Thank you kindly for your "*INPUT*" ladies! :rofl:

Pobably a good thing I didnt ask how you like your sauce?


----------



## FirstYearDown (Sep 15, 2011)

I can't believe nobody picked up on my turkey leg joke. Turkey legs are *huge *compared to chicken wings...get it? :rofl::rofl: I like 'em BIG.


----------



## RDJ (Jun 8, 2011)

FirstYearDown said:


> I can't believe nobody picked up on my turkey leg joke. Turkey legs are *huge *compared to chicken wings...get it? :rofl::rofl: I like 'em BIG.



OH! I got it! I was oddly struck by a feeling of male insecurity?? :rofl:

Reminded me of that old joke. "Who are you going to please with that little thing?" Answer: "Myself" :rofl:


----------



## EleGirl (Dec 3, 2011)

FirstYearDown said:


> I can't believe nobody picked up on my turkey leg joke. Turkey legs are *huge *compared to chicken wings...get it? :rofl::rofl: I like 'em BIG.


Ok so that went right over my head... :lol:


----------



## Mrs. T (Aug 5, 2011)

Oh lord....the things I do for entertainment...LOL. I am high drive and I'm not a big fan of chicken wings but I get daily cravings for Italian sausage...sometimes two or three times a day.


----------



## FirstYearDown (Sep 15, 2011)

:lol::lol::lol: My kind of woman!


----------



## RDJ (Jun 8, 2011)

Mrs. T said:


> Oh lord....the things I do for entertainment...LOL. I am high drive and I'm not a big fan of chicken wings but I get daily cravings for Italian sausage...sometimes two or three times a day.
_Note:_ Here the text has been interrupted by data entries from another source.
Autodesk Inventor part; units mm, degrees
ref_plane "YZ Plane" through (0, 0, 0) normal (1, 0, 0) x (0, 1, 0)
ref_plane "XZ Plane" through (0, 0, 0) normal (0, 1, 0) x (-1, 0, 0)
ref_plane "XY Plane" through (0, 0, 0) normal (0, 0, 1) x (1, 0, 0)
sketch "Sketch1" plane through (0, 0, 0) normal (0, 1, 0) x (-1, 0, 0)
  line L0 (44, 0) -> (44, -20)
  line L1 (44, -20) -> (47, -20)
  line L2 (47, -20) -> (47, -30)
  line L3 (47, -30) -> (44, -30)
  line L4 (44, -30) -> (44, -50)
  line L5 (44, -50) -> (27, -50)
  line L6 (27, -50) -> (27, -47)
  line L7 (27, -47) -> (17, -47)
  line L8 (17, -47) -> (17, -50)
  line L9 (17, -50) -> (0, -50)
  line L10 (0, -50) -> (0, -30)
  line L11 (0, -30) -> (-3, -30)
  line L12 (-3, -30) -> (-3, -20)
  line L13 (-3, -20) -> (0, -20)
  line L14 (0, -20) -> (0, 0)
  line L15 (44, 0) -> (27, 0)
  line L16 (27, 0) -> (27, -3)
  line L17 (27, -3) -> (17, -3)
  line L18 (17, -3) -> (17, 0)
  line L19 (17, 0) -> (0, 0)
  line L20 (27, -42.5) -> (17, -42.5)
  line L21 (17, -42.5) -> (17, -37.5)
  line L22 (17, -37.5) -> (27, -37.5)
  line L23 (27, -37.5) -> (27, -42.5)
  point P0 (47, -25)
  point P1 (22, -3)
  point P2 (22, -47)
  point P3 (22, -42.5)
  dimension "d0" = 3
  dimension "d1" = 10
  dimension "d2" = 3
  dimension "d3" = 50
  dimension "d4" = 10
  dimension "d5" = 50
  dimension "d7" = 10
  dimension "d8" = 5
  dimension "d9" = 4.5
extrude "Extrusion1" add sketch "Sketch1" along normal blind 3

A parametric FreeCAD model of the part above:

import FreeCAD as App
import Part
import Sketcher
Q = App.Units.Quantity


def add_polygon(sketch, points):
    """Adds a closed chain of lines whose ends are joined by coincident constraints."""
    first, n = sketch.GeometryCount, len(points)
    for a, b in zip(points, points[1:] + points[:1]):
        sketch.addGeometry(Part.LineSegment(App.Vector(*a, 0), App.Vector(*b, 0)), False)
    for i in range(n):
        sketch.addConstraint(Sketcher.Constraint("Coincident", first + i, 2, first + (i + 1) % n, 1))

doc = App.newDocument("Part")
params = doc.addObject("Spreadsheet::Sheet", "Params")
for row, (alias, value) in enumerate([
    ("sketch1_width", "10 mm"),
    ("sketch1_width2", "3 mm"),
    ("sketch1_height", "5 mm"),
    ("sketch1_width3", "17 mm"),
    ("pad1_length", "3 mm"),
], start=1):
    params.set(f"A{row}", alias)
    params.set(f"B{row}", "=" + value)
    params.setAlias(f"B{row}", alias)

body = doc.addObject("PartDesign::Body", "Body")

# Sketch on XZ plane
sketch1 = body.newObject("Sketcher::SketchObject", "Sketch")
sketch1.AttachmentSupport = (doc.getObject("XZ_Plane"), [""])
sketch1.MapMode = "FlatFace"
add_polygon(sketch1, [(-44, -20), (-44, 0), (-27, 0), (-27, -3), (-17, -3), (-17, 0), (0, 0), (0, -20), (3, -20), (3, -30), (0, -30), (0, -50), (-17, -50), (-17, -47), (-27, -47), (-27, -50), (-44, -50), (-44, -30), (-47, -30), (-47, -20)])  # lines 0-19
add_polygon(sketch1, [(-27, -37.5), (-27, -42.5), (-17, -42.5), (-17, -37.5)])  # lines 20-23
sketch1.addConstraint([
    Sketcher.Constraint("Vertical", 0),
    Sketcher.Constraint("Horizontal", 1),
    Sketcher.Constraint("Vertical", 2),
    Sketcher.Constraint("Horizontal", 3),
    Sketcher.Constraint("Vertical", 4),
    Sketcher.Constraint("Horizontal", 5),
    Sketcher.Constraint("Vertical", 6),
    Sketcher.Constraint("Horizontal", 7),
    Sketcher.Constraint("Vertical", 8),
    Sketcher.Constraint("Horizontal", 9),
    Sketcher.Constraint("Vertical", 10),
    Sketcher.Constraint("Horizontal", 11),
    Sketcher.Constraint("Vertical", 12),
    Sketcher.Constraint("Horizontal", 13),
    Sketcher.Constraint("Vertical", 14),
    Sketcher.Constraint("Horizontal", 15),
    Sketcher.Constraint("Vertical", 16),
    Sketcher.Constraint("Horizontal", 17),
    Sketcher.Constraint("Vertical", 18),
    Sketcher.Constraint("Horizontal", 19),
    Sketcher.Constraint("Vertical", 20),
    Sketcher.Constraint("Horizontal", 21),
    Sketcher.Constraint("Vertical", 22),
    Sketcher.Constraint("Horizontal", 23),
    Sketcher.Constraint("Coincident", 5, 2, -1, 1),
    Sketcher.Constraint("PointOnObject", 0, 2, -1),
    Sketcher.Constraint("PointOnObject", 9, 2, -2),
    Sketcher.Constraint("Horizontal", 11, 2, 14, 2),
    Sketcher.Constraint("Horizontal", 9, 2, 16, 2),
    Sketcher.Constraint("Horizontal", 7, 2, 18, 2),
    Sketcher.Constraint("Vertical", 4, 2, 11, 2),
    Sketcher.Constraint("Vertical", 2, 2, 13, 2),
    Sketcher.Constraint("Vertical", 0, 2, 15, 2),
    Sketcher.Constraint("Vertical", 14, 2, 20, 2),
    Sketcher.Constraint("Vertical", 12, 2, 21, 2),
    Sketcher.Constraint("Equal", 1, 5),
    Sketcher.Constraint("Equal", 9, 17),
    Sketcher.Constraint("Equal", 19, 2),
    Sketcher.Constraint("Equal", 23, 8),
    Sketcher.Constraint("Equal", 6, 10),
    Sketcher.Constraint("Equal", 4, 12),
    Sketcher.Constraint("DistanceX", 3, 1, 3, 2, Q("10 mm")),
    Sketcher.Constraint("DistanceX", 7, 1, 7, 2, Q("3 mm")),
    Sketcher.Constraint("DistanceY", 20, 2, 20, 1, Q("5 mm")),
    Sketcher.Constraint("DistanceY", 10, 2, -1, 1, Q("50 mm")),
    Sketcher.Constraint("DistanceY", 13, 2, 20, 2, Q("4.5 mm")),
    Sketcher.Constraint("DistanceX", 1, 1, 1, 2, Q("17 mm")),
])
sketch1.setExpression("Constraints[65]", "Params.sketch1_width")
sketch1.setExpression("Constraints[66]", "Params.sketch1_width2")
sketch1.setExpression("Constraints[67]", "Params.sketch1_height")
sketch1.setExpression("Constraints[70]", "Params.sketch1_width3")
pad1 = body.newObject("PartDesign::Pad", "Pad")
pad1.Profile = sketch1
pad1.setExpression("Length", "Params.pad1_length")
pad1.Reversed = True

doc.recompute()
HMMMM! What to say? Call ME????


----------



## Mrs. T (Aug 5, 2011)

RDJ said:


> HMMMM! What to say? Call ME????


RDJ...got a little Italy in you?? (hehehehe...I'm so bad!!) I am 100% German but my husband always teases me that I am Italian by injection...such a dork!


----------



## RDJ (Jun 8, 2011)

Mrs. T said:


> RDJ...got a little Italy in you?? (hehehehe...I'm so bad!!) I am 100% German but my husband always teases me that I am Italian by injection...such a dork!


100% German here too!

When it comes to sausage, let's just say, I'm a grill master! :rofl:

Seriously, I have to say that I love the sense of humor you ladies have here at TAM. If we can't laugh, we got nothing!


----------



## Mrs. T (Aug 5, 2011)

RDJ said:


> 100% German here too!
> 
> When it comes to sausage, let's just say, I'm a grill master! :rofl:
> 
> Seriously, I have to say that I love the sense of humor you ladies have here at TAM. If we can't laugh, we got nothing!


 You're so right, humor is essential! Have you noticed that the fun responses have come from all of us who claim a HIGH libido? There's a nice little group of fun loving horny women out here...and some really exhausted husbands. :smthumbup: I wasn't always like this. I had a hysterectomy in 2001 and shortly after that my sex drive went into high gear. I've been told that is unusual, that it is normally the other way around. Either way I love the reawakened sexual goddess inside me and I hope she never goes away...


----------



## HelloooNurse (Apr 12, 2010)

I was going to answer but then I realised my answer would have been ironic.


----------



## Mrs. T (Aug 5, 2011)

HelloooNurse said:


> I was going to answer but then I realised my answer would have been ironic.


Hellooo...humor and irony go hand in hand sometimes, don't just leave us hanging!


----------



## TotoWeRNotInKansasAnymore (Apr 7, 2011)

1) Definitely high. Although there was a time when my son was younger, I recall my libido being much lower. Before having a child, I was probably moderate to high.

2) Chicken wing without the bone???? What fun would that be???


----------



## TwoDogs (Jul 29, 2011)

RDJ said:


> 1) Are you high libido/low libido?
> 
> 2) When you order chicken wings, is it bone in/ bone out?


1) I was extremely high libido (as in, higher than all my partners) until menopause when it nosedived and vanished completely.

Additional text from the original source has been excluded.